The sum of angles in a triangle is 180°.

If the sum of pair of opposite angles in a quadrilateral is 180°, then it is a cyclic quadrilateral.

In Δ ABC,

⇒ ∠ABC + ∠BCA + ∠CAB = 180° (Angle sum property of triangle)

⇒ 90° + ∠BCA + ∠CAB = 180°

⇒ ∠BCA + ∠CAB = 180° - 90°

⇒ ∠BCA + ∠CAB = 90° …..(1)

In Δ ADC,

⇒ ∠CDA + ∠ACD + ∠DAC = 180° (Angle sum property of triangle)

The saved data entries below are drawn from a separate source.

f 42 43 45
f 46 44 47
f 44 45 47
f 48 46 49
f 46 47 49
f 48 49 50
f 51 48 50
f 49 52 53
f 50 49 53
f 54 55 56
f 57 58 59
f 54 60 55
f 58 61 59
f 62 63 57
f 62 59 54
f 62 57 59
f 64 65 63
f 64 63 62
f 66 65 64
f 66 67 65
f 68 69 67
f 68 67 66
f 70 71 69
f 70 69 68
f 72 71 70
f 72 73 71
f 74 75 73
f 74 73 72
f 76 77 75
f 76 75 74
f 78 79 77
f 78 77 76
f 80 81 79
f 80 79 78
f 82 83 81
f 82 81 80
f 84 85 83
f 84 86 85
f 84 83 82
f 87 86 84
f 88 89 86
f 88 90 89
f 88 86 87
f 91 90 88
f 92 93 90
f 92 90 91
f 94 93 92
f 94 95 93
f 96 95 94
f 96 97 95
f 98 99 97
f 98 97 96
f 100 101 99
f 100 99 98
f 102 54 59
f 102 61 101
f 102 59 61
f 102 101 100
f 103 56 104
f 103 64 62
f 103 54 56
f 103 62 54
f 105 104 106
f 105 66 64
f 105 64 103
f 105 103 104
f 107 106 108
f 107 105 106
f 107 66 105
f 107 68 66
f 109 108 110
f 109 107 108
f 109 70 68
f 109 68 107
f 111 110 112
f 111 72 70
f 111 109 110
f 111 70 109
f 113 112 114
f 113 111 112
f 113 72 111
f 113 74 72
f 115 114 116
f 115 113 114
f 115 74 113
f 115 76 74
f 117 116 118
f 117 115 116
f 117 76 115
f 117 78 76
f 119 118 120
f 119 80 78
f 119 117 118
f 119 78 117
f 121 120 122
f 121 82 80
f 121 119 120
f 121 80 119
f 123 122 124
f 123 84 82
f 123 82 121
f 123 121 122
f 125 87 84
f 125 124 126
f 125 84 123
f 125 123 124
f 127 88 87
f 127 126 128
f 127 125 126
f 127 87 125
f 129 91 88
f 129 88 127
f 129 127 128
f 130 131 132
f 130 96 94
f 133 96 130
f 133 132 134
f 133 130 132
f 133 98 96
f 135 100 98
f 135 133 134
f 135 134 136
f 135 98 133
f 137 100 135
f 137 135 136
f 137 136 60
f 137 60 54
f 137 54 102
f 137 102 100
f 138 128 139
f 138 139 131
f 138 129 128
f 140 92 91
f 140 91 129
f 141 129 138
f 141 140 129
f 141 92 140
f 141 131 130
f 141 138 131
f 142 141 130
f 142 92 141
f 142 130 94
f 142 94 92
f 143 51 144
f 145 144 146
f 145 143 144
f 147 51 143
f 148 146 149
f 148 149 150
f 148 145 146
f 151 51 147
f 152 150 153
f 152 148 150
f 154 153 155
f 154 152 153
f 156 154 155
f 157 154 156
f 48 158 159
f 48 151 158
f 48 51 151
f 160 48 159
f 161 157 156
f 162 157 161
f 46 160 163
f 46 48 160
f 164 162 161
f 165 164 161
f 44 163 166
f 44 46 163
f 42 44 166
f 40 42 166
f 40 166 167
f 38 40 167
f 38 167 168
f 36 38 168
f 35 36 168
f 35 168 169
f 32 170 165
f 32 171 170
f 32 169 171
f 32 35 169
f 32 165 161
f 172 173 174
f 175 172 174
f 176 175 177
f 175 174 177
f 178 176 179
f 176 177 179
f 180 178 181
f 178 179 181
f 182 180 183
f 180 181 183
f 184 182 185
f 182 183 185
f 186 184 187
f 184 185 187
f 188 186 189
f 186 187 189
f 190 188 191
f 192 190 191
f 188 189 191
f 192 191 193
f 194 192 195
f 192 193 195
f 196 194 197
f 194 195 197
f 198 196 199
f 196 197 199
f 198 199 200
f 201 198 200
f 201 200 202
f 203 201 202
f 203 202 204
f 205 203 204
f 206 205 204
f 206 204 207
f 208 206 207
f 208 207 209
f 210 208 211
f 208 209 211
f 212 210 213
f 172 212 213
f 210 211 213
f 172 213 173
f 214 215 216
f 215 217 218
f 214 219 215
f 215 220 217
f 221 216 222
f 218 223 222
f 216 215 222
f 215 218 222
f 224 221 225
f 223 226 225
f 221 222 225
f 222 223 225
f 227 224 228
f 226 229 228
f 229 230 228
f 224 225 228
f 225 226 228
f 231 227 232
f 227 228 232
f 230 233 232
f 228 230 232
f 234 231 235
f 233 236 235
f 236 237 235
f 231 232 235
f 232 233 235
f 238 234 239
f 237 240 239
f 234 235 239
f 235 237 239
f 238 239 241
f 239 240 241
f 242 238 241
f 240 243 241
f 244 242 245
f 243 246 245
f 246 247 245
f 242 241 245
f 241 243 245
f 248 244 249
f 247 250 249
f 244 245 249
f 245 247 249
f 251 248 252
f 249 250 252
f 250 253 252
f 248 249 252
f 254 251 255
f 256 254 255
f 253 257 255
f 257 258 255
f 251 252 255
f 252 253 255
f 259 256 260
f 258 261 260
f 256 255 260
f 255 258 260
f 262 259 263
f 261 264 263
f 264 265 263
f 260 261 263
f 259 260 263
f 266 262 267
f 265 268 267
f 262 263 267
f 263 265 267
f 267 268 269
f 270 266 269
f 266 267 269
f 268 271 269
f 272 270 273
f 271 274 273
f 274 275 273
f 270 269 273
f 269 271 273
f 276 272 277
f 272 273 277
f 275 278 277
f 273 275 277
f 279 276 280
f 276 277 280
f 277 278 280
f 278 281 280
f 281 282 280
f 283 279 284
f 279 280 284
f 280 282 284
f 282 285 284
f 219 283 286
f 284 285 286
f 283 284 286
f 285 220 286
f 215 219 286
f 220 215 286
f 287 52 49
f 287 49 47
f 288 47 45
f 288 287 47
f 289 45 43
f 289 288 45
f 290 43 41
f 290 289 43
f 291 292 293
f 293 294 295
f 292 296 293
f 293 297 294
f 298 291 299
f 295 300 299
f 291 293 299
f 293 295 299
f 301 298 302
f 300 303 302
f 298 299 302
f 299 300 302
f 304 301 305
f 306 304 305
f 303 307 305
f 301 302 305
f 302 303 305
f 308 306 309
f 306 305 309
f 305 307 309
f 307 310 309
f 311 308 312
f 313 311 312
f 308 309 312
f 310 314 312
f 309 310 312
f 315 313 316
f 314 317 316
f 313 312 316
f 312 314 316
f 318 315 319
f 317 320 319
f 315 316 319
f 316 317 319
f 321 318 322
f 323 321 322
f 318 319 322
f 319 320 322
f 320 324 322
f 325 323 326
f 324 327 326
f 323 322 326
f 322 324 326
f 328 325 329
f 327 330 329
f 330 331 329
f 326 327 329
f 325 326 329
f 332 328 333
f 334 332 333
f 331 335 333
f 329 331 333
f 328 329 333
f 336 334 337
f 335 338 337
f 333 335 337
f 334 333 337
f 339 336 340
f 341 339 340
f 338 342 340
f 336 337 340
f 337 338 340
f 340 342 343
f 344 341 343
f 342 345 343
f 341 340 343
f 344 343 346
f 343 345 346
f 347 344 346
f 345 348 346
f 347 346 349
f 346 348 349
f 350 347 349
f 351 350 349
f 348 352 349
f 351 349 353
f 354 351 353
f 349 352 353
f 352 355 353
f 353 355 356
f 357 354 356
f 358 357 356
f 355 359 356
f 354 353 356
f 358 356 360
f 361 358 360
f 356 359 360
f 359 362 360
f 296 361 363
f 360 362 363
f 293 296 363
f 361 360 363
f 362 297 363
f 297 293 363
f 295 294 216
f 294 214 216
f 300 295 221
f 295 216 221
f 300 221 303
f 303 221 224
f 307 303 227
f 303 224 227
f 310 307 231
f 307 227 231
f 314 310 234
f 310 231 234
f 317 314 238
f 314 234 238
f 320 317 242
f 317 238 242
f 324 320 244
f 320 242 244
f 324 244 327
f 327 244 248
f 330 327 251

⇒ 90° + ∠ACD + ∠DAC = 180°

⇒ ∠ACD + ∠DAC = 180° - 90°

⇒ ∠ACD + ∠DAC = 90° …..(2)

Adding equation (1) and (2), we get :

⇒ ∠BCA + ∠CAB + ∠ACD + ∠DAC = 180°

⇒ (∠BCA + ∠ACD) + (∠CAB + ∠DAC) = 180°

⇒ ∠BCD + ∠DAB = 180° …..(3)

⇒ ∠B + ∠D = 90° + 90° = 180° …..(4)

Since, sum of opposite angles of quadrilateral ABCD is 180°. Therefore, it is a cyclic quadrilateral.

We know that,

Angles in the same segment are equal.

⇒ ∠CAD = ∠CBD.

Hence, proved that ∠CAD = ∠CBD.